Doing this gives the PDP the illusion of being an effective opposition party but taken in the context of national interest and the mood of the nation, it is doubtful it it is yielding anything beyond limited political returns. To most Nigerians, the cacophonous opposition is just a media spectacle to distract or mellow the President.
After an historic loss in an election to the opposition for the first time in the annals of this country’s political history, PDP has not looked inwards in any serious way to seek its revival. The first and major leap at reform ended disastrously when first, the party establishment rejected a well-timed apology tendered on its behalf for their past failures. Then, the leader of the reform movement got himself mired in allegations leading to court charges of the theft of billions of Naira voted for weapons purchase to fight terror in the North East. Chief Raymond Dokpesi’s trial (and Col. Dasuki’s) is no doubt a serious blow to any prospects of a turn-around in the PDP.
The party did not seek democratize their internal organization, a major reason for their implosion leading to the loss of the election or began thinking innovatively about the challenges of modern day Nigeria, nor have they got a “Plan B” that is inviting to the voters.
It is this failure to reckon with, or look at the real issues confronting the party and the nation that led to their call for an investigation of President Buhari for having been supplied two jeeps by the erstwhile Jonathan administration after the personal bullet-proof jeep he owned was bombed by yet unknown assailants.
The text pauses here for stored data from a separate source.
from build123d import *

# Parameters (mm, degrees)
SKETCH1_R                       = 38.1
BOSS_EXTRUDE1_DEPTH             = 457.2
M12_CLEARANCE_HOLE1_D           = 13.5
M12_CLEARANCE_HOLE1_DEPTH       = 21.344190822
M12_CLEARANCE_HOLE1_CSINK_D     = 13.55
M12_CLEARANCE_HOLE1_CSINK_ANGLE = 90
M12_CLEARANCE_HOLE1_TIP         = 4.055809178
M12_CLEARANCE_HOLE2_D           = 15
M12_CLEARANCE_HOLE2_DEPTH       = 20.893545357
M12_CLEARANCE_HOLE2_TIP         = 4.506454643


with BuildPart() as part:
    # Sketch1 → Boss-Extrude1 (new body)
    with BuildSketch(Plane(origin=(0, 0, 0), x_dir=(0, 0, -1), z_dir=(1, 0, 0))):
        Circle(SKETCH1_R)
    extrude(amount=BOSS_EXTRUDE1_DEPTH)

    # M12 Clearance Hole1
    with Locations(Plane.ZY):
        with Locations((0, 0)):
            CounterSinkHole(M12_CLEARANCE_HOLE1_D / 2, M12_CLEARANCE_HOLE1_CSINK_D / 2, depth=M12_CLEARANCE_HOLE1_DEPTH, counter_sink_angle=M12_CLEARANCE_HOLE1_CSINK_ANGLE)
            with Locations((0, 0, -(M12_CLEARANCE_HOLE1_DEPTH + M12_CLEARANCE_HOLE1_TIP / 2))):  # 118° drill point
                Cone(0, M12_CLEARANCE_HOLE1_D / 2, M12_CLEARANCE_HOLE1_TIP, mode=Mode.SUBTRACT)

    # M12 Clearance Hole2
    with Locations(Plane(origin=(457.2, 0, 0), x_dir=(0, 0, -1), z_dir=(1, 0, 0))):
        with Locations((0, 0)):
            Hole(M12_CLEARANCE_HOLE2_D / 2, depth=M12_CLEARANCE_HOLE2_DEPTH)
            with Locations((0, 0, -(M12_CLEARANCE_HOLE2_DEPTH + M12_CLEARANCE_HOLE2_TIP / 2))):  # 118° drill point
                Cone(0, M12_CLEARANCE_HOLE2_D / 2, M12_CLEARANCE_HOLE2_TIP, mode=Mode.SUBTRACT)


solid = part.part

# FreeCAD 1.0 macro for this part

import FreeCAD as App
import Part
import Sketcher

doc = App.newDocument("Part")
params = doc.addObject("Spreadsheet::Sheet", "Params")
for row, (alias, value) in enumerate([
    ("sketch1_diameter", "76.2 mm"),
    ("pad1_length", "457.2 mm"),
    ("sketch2_diameter", "13.5 mm"),
    ("hole_diameter", "13.5 mm"),
    ("hole_depth", "21.344191 mm"),
    ("hole_csink_diameter", "13.55 mm"),
    ("sketch3_diameter", "15 mm"),
    ("hole2_diameter", "15 mm"),
    ("hole2_depth", "20.893545 mm"),
], start=1):
    params.set(f"A{row}", alias)
    params.set(f"B{row}", "=" + value)
    params.setAlias(f"B{row}", alias)

body = doc.addObject("PartDesign::Body", "Body")

# Sketch on YZ plane
sketch1 = body.newObject("Sketcher::SketchObject", "Sketch")
sketch1.AttachmentSupport = (doc.getObject("YZ_Plane"), [""])
sketch1.MapMode = "FlatFace"
sketch1.addGeometry(Part.Circle(App.Vector(0, 0, 0), App.Vector(0, 0, 1), 38), False)
sketch1.addConstraint(Sketcher.Constraint("Coincident", 0, 3, -1, 1))
sketch1.addConstraint(Sketcher.Constraint("Diameter", 0, 76.2))
sketch1.setExpression("Constraints[1]", "Params.sketch1_diameter")
pad1 = body.newObject("PartDesign::Pad", "Pad")
pad1.Profile = sketch1
pad1.setExpression("Length", "Params.pad1_length")

# Sketch on YZ plane
sketch2 = body.newObject("Sketcher::SketchObject", "Sketch001")
sketch2.AttachmentSupport = (doc.getObject("YZ_Plane"), [""])
sketch2.MapMode = "FlatFace"
sketch2.addGeometry(Part.Circle(App.Vector(0, 0, 0), App.Vector(0, 0, 1), 7), False)
sketch2.addConstraint(Sketcher.Constraint("Coincident", 0, 3, -1, 1))
sketch2.addConstraint(Sketcher.Constraint("Diameter", 0, 13.5))
sketch2.setExpression("Constraints[1]", "Params.sketch2_diameter")
doc.recompute()
hole = body.newObject("PartDesign::Hole", "Hole")
hole.Profile = sketch2
hole.ThreadType = "None"
hole.setExpression("Diameter", "Params.hole_diameter")
hole.DepthType = "Dimension"
hole.setExpression("Depth", "Params.hole_depth")
hole.DrillPoint = "Angled"
hole.DrillPointAngle = 118
hole.HoleCutType = "Countersink"
hole.setExpression("HoleCutDiameter", "Params.hole_csink_diameter")
hole.HoleCutCountersinkAngle = 90
hole.Reversed = True

# Sketch on YZ plane
sketch3 = body.newObject("Sketcher::SketchObject", "Sketch002")
sketch3.AttachmentSupport = (doc.getObject("YZ_Plane"), [""])
sketch3.MapMode = "FlatFace"
sketch3.AttachmentOffset = App.Placement(App.Vector(0, 0, 457.2), App.Rotation())
sketch3.addGeometry(Part.Circle(App.Vector(0, 0, 0), App.Vector(0, 0, 1), 8), False)
sketch3.addConstraint(Sketcher.Constraint("Coincident", 0, 3, -1, 1))
sketch3.addConstraint(Sketcher.Constraint("Diameter", 0, 15.0))
sketch3.setExpression("Constraints[1]", "Params.sketch3_diameter")
doc.recompute()
hole2 = body.newObject("PartDesign::Hole", "Hole001")
hole2.Profile = sketch3
hole2.ThreadType = "None"
hole2.setExpression("Diameter", "Params.hole2_diameter")
hole2.DepthType = "Dimension"
hole2.setExpression("Depth", "Params.hole2_depth")
hole2.DrillPoint = "Angled"
hole2.DrillPointAngle = 118

doc.recompute()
As the Special Adviser to the President, Femi Adesina said, issuance of the cars,soon after this incident was merely a face-saving move, intended to cover the government’s failure to keep its duty to this particular former leader. The law, cited as the Remuneration of Former Presidents and Heads of State (and other Ancillary Matters), entitles former Nigerian Presidents including General Muhammadu Buhari to “three vehicles to be bought by the Federal Government and liable to be replaced every four years”.
Cars are just a few in a litany of entitlements written in that law although it is contestable to say that General Buhari had been given his due entitlements by successive administrations as provided thereunder. Regime after regime treated him as if he was not a former Head of State.
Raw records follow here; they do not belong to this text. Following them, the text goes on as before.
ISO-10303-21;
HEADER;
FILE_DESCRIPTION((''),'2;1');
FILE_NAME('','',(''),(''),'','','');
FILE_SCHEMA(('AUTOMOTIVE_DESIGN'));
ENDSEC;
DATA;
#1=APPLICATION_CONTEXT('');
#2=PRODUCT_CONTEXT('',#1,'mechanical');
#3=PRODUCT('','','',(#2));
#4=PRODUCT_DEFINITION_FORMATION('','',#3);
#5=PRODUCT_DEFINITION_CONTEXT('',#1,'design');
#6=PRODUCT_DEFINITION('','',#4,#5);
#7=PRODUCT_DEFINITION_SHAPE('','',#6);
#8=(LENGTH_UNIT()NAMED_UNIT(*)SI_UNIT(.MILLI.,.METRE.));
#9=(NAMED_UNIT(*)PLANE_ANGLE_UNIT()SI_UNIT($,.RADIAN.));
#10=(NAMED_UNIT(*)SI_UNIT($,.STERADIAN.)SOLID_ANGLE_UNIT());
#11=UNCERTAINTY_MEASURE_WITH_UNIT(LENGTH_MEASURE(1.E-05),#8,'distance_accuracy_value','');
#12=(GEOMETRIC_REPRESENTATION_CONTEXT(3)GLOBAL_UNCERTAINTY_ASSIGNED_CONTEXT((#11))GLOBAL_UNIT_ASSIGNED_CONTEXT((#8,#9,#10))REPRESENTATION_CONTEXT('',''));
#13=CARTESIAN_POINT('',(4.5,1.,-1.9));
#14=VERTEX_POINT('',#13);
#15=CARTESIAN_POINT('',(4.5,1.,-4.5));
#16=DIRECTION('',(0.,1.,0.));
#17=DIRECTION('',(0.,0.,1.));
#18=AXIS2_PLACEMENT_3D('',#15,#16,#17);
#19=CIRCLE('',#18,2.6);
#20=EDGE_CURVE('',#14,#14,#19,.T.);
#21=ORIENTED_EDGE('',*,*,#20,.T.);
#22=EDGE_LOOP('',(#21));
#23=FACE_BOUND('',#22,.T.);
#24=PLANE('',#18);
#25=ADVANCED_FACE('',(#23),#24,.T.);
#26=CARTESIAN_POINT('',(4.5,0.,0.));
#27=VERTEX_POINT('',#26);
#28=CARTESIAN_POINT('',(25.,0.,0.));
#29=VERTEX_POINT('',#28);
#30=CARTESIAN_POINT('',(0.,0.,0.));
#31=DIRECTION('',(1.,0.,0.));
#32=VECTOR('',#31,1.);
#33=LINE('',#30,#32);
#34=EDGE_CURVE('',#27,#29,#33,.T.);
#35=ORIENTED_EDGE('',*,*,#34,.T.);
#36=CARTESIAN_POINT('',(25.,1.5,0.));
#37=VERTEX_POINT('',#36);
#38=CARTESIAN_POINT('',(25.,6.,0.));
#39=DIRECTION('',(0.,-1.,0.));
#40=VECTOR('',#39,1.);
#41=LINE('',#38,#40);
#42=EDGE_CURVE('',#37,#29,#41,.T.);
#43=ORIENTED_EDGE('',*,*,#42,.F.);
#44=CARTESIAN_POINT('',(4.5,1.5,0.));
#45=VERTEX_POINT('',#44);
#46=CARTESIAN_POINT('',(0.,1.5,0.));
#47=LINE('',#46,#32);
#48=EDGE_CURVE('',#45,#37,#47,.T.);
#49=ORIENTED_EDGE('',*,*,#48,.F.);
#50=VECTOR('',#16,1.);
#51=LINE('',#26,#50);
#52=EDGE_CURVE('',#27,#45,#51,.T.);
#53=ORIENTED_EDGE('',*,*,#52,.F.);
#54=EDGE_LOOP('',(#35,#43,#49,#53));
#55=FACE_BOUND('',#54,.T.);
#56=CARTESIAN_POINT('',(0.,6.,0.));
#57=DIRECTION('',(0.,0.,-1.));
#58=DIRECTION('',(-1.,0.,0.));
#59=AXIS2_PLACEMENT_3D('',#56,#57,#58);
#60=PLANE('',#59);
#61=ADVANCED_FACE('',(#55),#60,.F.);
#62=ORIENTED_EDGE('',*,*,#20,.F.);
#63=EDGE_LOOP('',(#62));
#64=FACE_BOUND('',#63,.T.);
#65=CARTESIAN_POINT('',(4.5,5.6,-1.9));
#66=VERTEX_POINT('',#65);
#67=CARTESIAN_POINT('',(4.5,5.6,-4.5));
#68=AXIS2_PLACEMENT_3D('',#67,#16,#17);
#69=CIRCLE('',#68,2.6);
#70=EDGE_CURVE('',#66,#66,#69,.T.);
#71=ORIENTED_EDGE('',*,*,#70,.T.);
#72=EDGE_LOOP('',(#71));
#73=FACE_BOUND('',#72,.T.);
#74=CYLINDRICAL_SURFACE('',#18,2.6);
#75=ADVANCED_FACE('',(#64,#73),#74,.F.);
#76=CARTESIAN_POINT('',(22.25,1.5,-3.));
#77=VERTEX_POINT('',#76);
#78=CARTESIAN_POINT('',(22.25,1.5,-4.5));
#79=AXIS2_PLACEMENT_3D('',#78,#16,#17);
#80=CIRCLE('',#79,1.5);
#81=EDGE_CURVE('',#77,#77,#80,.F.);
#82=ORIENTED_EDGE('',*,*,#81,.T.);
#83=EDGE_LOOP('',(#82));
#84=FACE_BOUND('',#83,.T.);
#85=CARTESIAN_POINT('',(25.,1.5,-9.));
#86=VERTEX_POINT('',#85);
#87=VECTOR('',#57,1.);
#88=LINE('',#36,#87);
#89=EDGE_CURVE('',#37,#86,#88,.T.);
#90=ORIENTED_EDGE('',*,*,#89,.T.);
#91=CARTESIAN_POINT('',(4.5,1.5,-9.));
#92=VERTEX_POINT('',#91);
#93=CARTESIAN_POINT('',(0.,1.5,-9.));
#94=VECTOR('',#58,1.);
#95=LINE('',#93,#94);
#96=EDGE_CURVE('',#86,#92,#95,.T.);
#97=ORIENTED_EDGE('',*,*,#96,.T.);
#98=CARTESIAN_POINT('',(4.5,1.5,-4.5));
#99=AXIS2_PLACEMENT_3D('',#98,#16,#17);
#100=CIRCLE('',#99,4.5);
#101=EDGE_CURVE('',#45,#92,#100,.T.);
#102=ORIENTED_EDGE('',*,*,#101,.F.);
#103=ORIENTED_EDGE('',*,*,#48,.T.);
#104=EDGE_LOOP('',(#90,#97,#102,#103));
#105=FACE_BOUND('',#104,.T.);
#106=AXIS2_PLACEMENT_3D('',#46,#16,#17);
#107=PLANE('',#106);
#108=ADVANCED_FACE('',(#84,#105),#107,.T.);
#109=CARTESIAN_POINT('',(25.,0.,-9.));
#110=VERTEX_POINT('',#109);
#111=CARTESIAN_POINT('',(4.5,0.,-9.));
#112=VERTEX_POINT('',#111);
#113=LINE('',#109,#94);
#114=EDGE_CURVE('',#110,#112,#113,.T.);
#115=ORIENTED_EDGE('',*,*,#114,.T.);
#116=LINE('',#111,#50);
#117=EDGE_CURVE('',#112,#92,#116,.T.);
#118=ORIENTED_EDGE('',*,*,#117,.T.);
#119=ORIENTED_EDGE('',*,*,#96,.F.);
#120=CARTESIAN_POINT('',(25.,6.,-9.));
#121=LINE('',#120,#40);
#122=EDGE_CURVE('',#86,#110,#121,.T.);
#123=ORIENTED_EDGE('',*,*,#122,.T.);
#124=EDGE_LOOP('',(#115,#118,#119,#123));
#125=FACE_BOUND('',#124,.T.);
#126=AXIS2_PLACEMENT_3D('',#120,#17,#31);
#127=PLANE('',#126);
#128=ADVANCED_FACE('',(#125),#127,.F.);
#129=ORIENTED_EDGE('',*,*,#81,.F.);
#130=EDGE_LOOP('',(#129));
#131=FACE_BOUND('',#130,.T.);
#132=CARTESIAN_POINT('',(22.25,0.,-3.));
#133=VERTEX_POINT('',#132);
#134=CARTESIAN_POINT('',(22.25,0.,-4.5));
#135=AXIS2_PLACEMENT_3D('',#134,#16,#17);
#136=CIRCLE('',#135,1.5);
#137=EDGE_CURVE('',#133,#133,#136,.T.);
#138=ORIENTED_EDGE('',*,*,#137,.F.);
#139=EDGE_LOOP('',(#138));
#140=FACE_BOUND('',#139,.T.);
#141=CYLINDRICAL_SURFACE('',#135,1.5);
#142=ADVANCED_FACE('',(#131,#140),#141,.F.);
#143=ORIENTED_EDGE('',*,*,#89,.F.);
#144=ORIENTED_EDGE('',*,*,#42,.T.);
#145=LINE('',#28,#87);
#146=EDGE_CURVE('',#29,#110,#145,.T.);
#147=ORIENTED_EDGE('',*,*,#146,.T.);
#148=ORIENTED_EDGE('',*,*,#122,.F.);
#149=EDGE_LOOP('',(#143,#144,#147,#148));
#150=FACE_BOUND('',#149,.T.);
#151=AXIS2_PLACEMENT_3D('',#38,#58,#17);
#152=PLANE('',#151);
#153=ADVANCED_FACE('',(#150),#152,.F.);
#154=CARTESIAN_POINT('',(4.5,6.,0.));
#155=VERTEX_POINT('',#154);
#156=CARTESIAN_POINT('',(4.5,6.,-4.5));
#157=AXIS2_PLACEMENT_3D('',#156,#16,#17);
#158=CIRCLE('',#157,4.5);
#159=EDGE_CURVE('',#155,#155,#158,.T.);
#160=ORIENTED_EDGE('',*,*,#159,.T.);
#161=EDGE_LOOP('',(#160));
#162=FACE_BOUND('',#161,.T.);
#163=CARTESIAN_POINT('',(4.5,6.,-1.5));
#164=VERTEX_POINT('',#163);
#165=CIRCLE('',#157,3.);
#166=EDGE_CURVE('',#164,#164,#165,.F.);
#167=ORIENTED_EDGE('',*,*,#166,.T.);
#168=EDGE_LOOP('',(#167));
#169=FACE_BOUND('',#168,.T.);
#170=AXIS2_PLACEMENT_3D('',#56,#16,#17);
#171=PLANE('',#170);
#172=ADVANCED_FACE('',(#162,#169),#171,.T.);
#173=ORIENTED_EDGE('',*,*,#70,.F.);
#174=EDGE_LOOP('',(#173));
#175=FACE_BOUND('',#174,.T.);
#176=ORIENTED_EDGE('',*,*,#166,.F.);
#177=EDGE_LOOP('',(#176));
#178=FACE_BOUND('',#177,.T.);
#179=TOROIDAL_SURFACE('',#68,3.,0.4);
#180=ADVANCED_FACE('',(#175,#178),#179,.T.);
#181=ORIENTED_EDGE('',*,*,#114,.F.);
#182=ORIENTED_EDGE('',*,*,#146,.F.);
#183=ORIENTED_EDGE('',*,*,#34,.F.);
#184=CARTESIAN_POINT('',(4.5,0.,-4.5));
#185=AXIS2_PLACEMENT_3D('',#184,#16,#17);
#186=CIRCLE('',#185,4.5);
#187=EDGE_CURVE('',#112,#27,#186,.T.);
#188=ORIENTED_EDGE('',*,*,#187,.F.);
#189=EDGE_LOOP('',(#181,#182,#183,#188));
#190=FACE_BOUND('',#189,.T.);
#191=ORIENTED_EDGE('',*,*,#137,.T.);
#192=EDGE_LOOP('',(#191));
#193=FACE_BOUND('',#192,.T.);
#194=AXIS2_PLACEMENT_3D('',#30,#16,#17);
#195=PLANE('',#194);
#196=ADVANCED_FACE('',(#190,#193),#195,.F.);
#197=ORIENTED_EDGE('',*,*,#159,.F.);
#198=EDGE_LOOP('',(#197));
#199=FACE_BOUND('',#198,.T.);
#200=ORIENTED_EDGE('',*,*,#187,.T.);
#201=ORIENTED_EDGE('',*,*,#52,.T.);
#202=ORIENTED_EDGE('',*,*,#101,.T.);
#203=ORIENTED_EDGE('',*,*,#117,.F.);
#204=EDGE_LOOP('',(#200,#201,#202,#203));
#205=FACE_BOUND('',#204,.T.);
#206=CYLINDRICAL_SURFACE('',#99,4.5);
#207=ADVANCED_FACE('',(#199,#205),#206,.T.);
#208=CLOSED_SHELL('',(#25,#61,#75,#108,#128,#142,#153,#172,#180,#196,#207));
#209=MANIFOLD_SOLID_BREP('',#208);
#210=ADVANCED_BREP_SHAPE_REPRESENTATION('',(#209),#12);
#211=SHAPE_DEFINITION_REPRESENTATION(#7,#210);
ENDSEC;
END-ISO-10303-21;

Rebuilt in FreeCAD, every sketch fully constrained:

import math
import FreeCAD as App
import Part
import Sketcher
from FreeCAD import Vector


def edges_at(feature, points):
    """Names of the edges that pass closest to the given points."""
    edges = feature.Shape.Edges
    near = lambda p: min(range(len(edges)), key=lambda i: edges[i].distToShape(Part.Vertex(*p))[0])
    return sorted({f"Edge{near(p) + 1}" for p in points})

doc = App.newDocument("Part")
params = doc.addObject("Spreadsheet::Sheet", "Params")
for row, (alias, value) in enumerate([
    ("sketch1_width", "25 mm"),
    ("sketch1_height", "9 mm"),
    ("pad1_length", "6 mm"),
    ("sketch2_diameter", "5.2 mm"),
    ("pocket1_length", "5 mm"),
    ("sketch3_diameter", "3 mm"),
    ("sketch4_diameter", "3 mm"),
    ("sketch4_radius", "4.5 mm"),
    ("sketch4_width", "20.5 mm"),
    ("pocket3_length", "4.5 mm"),
    ("sketch5_radius", "4.5 mm"),
    ("fillet_radius", "0.4 mm"),
], start=1):
    params.set(f"A{row}", alias)
    params.set(f"B{row}", "=" + value)
    params.setAlias(f"B{row}", alias)

body = doc.addObject("PartDesign::Body", "Body")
General Abacha came on the saddle and wanted to throw everything at Buhari who, knowing his very nature declined virtually but his military pension. The military in particular treated him so badly that its leaders kept silent when the PDP charged that he didn’t have WAEC papers. One shameless Army Records officer said that the former Head of State had no records at all under their system. General Buhari went without a full compliment of armed guards from the army he served at the highest level until the dastardly bomb attack on his convoy in April 2014.
It was at this time that the Chief of Army Staff at that time thought it necessary to reinstate the armed convoy to protect him. When they brought the two cars within a few days of his being bombed, the staff of the General were merely informed that this was from the Federal Government in fulfillment of its obligation to him. Since this was an entitlement long-overdue, not minding that it came short of what was expected, there was absolutely nothing wrong on the part of the General for accepting that which was due to him.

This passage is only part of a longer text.